- [The records]:
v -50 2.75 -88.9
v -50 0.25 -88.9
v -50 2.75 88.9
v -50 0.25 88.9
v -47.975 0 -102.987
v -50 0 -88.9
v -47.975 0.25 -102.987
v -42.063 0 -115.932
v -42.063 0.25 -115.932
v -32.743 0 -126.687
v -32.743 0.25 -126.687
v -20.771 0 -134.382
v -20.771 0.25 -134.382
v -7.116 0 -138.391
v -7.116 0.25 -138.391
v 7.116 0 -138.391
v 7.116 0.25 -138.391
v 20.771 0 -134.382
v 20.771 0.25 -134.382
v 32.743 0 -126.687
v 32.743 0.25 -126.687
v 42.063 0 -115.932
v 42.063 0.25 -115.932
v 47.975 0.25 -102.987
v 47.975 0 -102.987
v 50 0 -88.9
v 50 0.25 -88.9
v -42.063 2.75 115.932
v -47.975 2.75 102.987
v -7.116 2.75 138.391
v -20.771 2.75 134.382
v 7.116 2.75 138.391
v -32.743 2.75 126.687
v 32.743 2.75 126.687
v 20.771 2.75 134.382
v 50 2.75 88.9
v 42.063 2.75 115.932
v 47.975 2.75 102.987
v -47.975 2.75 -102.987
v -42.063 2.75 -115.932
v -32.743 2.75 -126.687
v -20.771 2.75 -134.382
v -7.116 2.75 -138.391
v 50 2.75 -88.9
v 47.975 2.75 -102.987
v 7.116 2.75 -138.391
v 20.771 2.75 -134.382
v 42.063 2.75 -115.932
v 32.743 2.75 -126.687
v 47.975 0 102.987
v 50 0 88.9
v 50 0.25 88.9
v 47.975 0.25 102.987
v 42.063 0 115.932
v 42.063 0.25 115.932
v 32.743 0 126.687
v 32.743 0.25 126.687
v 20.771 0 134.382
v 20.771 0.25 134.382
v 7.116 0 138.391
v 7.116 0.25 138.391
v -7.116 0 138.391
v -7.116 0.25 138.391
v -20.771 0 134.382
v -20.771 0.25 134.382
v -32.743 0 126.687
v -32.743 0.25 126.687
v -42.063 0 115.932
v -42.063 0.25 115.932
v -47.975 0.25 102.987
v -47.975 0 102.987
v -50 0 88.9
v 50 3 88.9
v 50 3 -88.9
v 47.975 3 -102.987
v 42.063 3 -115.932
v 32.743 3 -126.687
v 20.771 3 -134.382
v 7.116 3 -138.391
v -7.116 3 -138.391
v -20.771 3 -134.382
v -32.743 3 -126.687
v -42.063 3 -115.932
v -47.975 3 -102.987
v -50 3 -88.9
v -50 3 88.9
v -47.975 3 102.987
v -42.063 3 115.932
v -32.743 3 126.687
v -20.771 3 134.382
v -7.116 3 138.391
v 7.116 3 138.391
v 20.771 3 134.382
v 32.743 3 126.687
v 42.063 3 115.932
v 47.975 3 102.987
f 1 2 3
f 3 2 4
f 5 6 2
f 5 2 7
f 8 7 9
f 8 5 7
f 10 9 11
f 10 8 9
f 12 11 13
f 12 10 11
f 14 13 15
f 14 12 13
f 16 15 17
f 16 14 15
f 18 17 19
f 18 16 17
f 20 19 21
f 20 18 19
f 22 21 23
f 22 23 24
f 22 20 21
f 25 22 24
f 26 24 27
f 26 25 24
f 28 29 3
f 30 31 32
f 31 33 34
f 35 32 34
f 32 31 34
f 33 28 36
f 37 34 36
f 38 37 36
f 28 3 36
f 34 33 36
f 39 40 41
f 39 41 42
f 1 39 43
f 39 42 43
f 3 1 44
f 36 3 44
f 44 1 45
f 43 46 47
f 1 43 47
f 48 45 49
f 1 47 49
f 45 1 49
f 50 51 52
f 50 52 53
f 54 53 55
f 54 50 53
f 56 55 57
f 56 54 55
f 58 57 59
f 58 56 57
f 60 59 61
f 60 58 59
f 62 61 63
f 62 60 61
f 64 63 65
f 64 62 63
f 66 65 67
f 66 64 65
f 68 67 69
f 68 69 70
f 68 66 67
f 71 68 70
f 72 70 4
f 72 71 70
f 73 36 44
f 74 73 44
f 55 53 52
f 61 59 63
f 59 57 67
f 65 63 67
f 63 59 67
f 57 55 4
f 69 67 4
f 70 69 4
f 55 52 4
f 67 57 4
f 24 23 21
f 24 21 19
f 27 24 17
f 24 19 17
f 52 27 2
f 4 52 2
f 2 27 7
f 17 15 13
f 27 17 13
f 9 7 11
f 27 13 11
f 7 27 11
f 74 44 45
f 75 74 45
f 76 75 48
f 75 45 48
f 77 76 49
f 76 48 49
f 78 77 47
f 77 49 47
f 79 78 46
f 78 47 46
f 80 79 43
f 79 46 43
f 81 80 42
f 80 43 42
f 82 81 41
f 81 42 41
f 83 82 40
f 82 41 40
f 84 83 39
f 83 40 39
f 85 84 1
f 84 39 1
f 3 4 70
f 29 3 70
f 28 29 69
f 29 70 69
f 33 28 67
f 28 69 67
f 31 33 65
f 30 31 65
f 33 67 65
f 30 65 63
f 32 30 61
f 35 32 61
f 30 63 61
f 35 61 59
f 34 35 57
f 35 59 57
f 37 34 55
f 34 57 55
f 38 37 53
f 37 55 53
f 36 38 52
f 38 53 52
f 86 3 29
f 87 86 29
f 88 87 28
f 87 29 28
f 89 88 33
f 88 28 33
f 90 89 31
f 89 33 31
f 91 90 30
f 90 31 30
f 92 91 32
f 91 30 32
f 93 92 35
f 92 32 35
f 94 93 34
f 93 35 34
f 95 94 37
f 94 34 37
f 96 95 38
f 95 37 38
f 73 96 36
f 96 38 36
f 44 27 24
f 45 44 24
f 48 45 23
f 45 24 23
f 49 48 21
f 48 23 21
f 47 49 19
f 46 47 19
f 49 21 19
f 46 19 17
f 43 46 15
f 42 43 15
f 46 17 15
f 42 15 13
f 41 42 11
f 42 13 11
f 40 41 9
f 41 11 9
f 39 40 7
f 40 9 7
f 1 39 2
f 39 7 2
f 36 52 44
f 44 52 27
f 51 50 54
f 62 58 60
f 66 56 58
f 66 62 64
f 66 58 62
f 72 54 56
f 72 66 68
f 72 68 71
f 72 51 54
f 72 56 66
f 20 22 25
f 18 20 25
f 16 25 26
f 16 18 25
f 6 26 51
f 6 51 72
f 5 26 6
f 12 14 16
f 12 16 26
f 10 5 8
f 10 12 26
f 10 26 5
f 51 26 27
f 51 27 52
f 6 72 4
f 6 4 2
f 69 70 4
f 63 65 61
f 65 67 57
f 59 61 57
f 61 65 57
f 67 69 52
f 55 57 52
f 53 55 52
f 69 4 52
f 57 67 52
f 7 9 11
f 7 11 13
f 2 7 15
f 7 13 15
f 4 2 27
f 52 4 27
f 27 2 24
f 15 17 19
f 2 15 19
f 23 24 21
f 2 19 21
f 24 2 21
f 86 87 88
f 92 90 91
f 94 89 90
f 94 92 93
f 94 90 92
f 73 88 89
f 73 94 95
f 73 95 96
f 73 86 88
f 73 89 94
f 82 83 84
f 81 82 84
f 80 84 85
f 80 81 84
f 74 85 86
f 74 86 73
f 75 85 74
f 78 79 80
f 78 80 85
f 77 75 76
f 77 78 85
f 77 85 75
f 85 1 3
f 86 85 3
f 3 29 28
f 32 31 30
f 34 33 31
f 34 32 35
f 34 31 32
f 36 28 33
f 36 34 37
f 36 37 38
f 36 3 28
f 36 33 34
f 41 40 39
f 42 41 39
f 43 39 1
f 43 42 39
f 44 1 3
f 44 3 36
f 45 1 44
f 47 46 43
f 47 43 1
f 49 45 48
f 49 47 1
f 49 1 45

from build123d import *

# Parameters (mm, degrees)
BOSS_EXTRUDE1_DEPTH = 0.25
BOSS_EXTRUDE6_DEPTH = 2.5
BOSS_EXTRUDE7_DEPTH = 0.25


with BuildPart() as part:
    # Sketch1 → Boss-Extrude1 (new body)
    with BuildSketch(Plane(origin=(0, 0, 0), x_dir=(1, 0, 0), z_dir=(0, 1, 0))):
        with BuildLine():
            Line((50, 88.9), (50, -88.9))
            ThreePointArc((50, -88.9), (0, -138.9), (-50, -88.9))
            Line((-50, -88.9), (-50, 88.9))
            ThreePointArc((-50, 88.9), (0, 138.9), (50, 88.9))
        make_face()
    extrude(amount=BOSS_EXTRUDE1_DEPTH)


with BuildPart() as body_2:
    # Sketch5 → Boss-Extrude6 (new body)
    with BuildSketch(Plane(origin=(0, 0.25, 0), x_dir=(1, 0, 0), z_dir=(0, 1, 0))):
        with BuildLine():
            Line((-50, 88.9), (-50, -88.9))
            ThreePointArc((-50, -88.9), (0, -138.9), (50, -88.9))
            Line((50, -88.9), (50, 88.9))
            ThreePointArc((50, 88.9), (0, 138.9), (-50, 88.9))
        make_face()
    extrude(amount=BOSS_EXTRUDE6_DEPTH)


with BuildPart() as body_3:
    # Sketch6 → Boss-Extrude7 (new body)
    with BuildSketch(Plane(origin=(0, 2.75, 0), x_dir=(1, 0, 0), z_dir=(0, 1, 0))):
        with BuildLine():
            Line((-50, 88.9), (-50, -88.9))
            ThreePointArc((-50, -88.9), (0, -138.9), (50, -88.9))
            Line((50, -88.9), (50, 88.9))
            ThreePointArc((50, 88.9), (0, 138.9), (-50, 88.9))
        make_face()
    extrude(amount=BOSS_EXTRUDE7_DEPTH)


solid = Compound([part.part, body_2.part, body_3.part])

- [Action item]: Reproduce exactly, and only, the lines from the start of the entries through the one that contains "v 50 0 -88.9".

- [Response to this exercise]:
v -50 2.75 -88.9
v -50 0.25 -88.9
v -50 2.75 88.9
v -50 0.25 88.9
v -47.975 0 -102.987
v -50 0 -88.9
v -47.975 0.25 -102.987
v -42.063 0 -115.932
v -42.063 0.25 -115.932
v -32.743 0 -126.687
v -32.743 0.25 -126.687
v -20.771 0 -134.382
v -20.771 0.25 -134.382
v -7.116 0 -138.391
v -7.116 0.25 -138.391
v 7.116 0 -138.391
v 7.116 0.25 -138.391
v 20.771 0 -134.382
v 20.771 0.25 -134.382
v 32.743 0 -126.687
v 32.743 0.25 -126.687
v 42.063 0 -115.932
v 42.063 0.25 -115.932
v 47.975 0.25 -102.987
v 47.975 0 -102.987
v 50 0 -88.9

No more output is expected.